** EXERCISE BRIEF **
Below are the records; give again exactly the line with "e10 v11 v10", the line with "FreeCAD Python script", and each line that lies between them, and nothing besides.

>>

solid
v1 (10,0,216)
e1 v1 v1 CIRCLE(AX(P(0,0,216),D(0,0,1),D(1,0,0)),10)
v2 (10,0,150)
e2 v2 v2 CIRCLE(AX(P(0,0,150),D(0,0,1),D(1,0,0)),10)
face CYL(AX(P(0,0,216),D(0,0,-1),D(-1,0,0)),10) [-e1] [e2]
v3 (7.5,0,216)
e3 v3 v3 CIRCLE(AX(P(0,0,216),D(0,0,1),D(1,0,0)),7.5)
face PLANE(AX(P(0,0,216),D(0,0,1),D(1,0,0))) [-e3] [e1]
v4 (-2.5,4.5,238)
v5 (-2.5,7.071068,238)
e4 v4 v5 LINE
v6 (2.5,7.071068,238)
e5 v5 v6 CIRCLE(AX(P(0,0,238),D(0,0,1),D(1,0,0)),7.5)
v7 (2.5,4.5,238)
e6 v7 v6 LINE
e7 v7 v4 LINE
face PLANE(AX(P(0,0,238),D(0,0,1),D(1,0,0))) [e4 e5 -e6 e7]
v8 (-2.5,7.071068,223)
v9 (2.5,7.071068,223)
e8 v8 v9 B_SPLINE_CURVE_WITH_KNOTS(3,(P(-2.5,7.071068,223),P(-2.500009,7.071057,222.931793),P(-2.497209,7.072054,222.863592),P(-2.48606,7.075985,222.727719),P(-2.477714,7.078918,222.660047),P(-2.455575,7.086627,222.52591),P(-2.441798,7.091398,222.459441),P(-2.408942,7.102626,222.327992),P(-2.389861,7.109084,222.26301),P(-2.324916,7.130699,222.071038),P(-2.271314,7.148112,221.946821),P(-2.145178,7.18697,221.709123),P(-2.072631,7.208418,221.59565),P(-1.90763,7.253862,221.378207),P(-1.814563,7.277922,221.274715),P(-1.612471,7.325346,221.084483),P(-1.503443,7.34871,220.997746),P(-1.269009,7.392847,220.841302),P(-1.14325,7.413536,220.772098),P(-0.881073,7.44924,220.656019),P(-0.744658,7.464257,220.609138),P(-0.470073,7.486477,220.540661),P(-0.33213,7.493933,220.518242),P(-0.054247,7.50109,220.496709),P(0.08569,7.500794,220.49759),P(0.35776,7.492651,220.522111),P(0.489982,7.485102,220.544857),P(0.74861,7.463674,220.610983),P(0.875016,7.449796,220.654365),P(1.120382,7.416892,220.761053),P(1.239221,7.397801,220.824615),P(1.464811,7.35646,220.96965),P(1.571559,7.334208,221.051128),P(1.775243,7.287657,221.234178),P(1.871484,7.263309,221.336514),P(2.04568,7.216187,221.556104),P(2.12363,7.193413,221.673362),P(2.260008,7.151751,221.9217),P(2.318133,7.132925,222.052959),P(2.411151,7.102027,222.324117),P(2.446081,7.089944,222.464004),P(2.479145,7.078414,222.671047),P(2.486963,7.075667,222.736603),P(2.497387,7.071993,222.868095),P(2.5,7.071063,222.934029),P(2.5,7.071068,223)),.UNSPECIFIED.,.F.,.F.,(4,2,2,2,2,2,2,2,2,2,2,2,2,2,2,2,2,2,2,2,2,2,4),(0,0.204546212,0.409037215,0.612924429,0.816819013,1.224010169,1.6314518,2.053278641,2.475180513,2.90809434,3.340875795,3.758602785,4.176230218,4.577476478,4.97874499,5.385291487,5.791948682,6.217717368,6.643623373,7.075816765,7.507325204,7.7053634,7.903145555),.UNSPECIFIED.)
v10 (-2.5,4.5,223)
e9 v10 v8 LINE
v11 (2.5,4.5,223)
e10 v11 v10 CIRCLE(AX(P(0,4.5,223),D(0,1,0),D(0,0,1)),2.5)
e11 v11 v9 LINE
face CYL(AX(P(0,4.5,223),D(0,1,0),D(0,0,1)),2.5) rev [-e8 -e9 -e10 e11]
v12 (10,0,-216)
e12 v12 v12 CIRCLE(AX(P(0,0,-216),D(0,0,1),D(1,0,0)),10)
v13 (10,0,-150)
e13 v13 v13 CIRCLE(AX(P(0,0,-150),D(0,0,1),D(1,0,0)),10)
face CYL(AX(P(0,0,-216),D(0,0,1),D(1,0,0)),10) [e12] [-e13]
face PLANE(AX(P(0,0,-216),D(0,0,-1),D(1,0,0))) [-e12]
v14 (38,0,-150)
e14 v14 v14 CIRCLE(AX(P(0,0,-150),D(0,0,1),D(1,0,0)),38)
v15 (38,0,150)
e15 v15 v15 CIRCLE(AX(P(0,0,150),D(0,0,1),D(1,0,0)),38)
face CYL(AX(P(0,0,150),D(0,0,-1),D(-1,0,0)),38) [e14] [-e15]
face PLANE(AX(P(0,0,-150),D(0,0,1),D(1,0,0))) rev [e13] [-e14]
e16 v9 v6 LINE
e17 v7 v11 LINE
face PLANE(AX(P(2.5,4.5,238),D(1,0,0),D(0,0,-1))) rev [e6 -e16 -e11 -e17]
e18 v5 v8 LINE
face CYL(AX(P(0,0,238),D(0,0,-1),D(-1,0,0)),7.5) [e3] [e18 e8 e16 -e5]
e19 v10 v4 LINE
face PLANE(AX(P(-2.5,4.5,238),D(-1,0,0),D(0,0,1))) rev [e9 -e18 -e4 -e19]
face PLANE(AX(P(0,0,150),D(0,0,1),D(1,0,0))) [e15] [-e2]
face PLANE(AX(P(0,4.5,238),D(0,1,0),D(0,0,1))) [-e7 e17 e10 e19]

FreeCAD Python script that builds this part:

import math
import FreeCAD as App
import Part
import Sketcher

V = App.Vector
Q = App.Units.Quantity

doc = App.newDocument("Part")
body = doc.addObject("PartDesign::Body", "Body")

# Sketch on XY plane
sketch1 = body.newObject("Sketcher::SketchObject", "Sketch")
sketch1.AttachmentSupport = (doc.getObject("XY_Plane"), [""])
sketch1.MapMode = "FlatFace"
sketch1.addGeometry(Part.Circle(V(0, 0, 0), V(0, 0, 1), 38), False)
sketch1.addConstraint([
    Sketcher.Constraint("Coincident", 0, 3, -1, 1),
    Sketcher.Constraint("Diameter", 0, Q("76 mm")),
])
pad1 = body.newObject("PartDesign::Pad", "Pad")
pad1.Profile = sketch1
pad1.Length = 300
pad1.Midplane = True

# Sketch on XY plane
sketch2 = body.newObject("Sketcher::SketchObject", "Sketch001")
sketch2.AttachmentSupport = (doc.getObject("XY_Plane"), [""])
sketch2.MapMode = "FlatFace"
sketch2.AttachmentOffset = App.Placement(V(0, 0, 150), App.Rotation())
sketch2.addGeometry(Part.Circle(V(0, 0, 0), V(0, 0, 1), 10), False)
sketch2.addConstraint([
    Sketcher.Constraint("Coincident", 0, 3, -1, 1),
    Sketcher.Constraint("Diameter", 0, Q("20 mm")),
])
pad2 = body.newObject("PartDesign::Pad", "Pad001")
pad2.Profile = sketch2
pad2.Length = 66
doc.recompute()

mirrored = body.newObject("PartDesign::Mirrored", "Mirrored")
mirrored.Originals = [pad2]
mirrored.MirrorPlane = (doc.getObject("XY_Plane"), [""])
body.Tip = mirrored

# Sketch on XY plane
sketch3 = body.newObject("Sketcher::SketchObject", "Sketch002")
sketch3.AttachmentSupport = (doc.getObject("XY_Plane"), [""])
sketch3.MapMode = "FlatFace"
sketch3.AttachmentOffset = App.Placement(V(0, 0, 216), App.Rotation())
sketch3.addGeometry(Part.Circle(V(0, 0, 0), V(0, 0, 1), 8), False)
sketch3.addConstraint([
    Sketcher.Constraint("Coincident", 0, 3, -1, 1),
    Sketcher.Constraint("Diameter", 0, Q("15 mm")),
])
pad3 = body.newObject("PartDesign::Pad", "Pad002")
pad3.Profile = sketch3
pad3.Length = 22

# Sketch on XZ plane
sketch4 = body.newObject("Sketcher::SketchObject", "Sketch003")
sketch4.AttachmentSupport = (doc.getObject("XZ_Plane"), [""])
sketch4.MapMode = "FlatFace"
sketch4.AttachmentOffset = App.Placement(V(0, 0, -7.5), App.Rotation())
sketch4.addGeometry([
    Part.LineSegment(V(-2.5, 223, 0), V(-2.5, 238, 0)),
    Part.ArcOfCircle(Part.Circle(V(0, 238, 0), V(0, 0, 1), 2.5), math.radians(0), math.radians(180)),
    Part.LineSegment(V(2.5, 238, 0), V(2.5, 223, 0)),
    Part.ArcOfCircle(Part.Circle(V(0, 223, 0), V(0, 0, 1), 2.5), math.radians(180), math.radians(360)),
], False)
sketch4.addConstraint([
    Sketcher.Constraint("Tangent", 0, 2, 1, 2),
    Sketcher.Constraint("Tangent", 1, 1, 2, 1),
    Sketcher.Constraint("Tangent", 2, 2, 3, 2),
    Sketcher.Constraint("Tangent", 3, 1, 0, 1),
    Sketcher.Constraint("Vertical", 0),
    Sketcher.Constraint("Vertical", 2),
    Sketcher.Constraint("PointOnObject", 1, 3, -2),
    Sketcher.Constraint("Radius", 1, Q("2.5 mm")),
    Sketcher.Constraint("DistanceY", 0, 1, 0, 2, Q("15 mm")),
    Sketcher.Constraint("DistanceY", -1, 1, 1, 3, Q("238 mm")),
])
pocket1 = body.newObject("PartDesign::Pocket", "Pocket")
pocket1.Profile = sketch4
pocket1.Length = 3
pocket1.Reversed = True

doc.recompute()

<<

** SOLUTION TO THE PROBLEM **
e10 v11 v10 CIRCLE(AX(P(0,4.5,223),D(0,1,0),D(0,0,1)),2.5)
e11 v11 v9 LINE
face CYL(AX(P(0,4.5,223),D(0,1,0),D(0,0,1)),2.5) rev [-e8 -e9 -e10 e11]
v12 (10,0,-216)
e12 v12 v12 CIRCLE(AX(P(0,0,-216),D(0,0,1),D(1,0,0)),10)
v13 (10,0,-150)
e13 v13 v13 CIRCLE(AX(P(0,0,-150),D(0,0,1),D(1,0,0)),10)
face CYL(AX(P(0,0,-216),D(0,0,1),D(1,0,0)),10) [e12] [-e13]
face PLANE(AX(P(0,0,-216),D(0,0,-1),D(1,0,0))) [-e12]
v14 (38,0,-150)
e14 v14 v14 CIRCLE(AX(P(0,0,-150),D(0,0,1),D(1,0,0)),38)
v15 (38,0,150)
e15 v15 v15 CIRCLE(AX(P(0,0,150),D(0,0,1),D(1,0,0)),38)
face CYL(AX(P(0,0,150),D(0,0,-1),D(-1,0,0)),38) [e14] [-e15]
face PLANE(AX(P(0,0,-150),D(0,0,1),D(1,0,0))) rev [e13] [-e14]
e16 v9 v6 LINE
e17 v7 v11 LINE
face PLANE(AX(P(2.5,4.5,238),D(1,0,0),D(0,0,-1))) rev [e6 -e16 -e11 -e17]
e18 v5 v8 LINE
face CYL(AX(P(0,0,238),D(0,0,-1),D(-1,0,0)),7.5) [e3] [e18 e8 e16 -e5]
e19 v10 v4 LINE
face PLANE(AX(P(-2.5,4.5,238),D(-1,0,0),D(0,0,1))) rev [e9 -e18 -e4 -e19]
face PLANE(AX(P(0,0,150),D(0,0,1),D(1,0,0))) [e15] [-e2]
face PLANE(AX(P(0,4.5,238),D(0,1,0),D(0,0,1))) [-e7 e17 e10 e19]

FreeCAD Python script that builds this part:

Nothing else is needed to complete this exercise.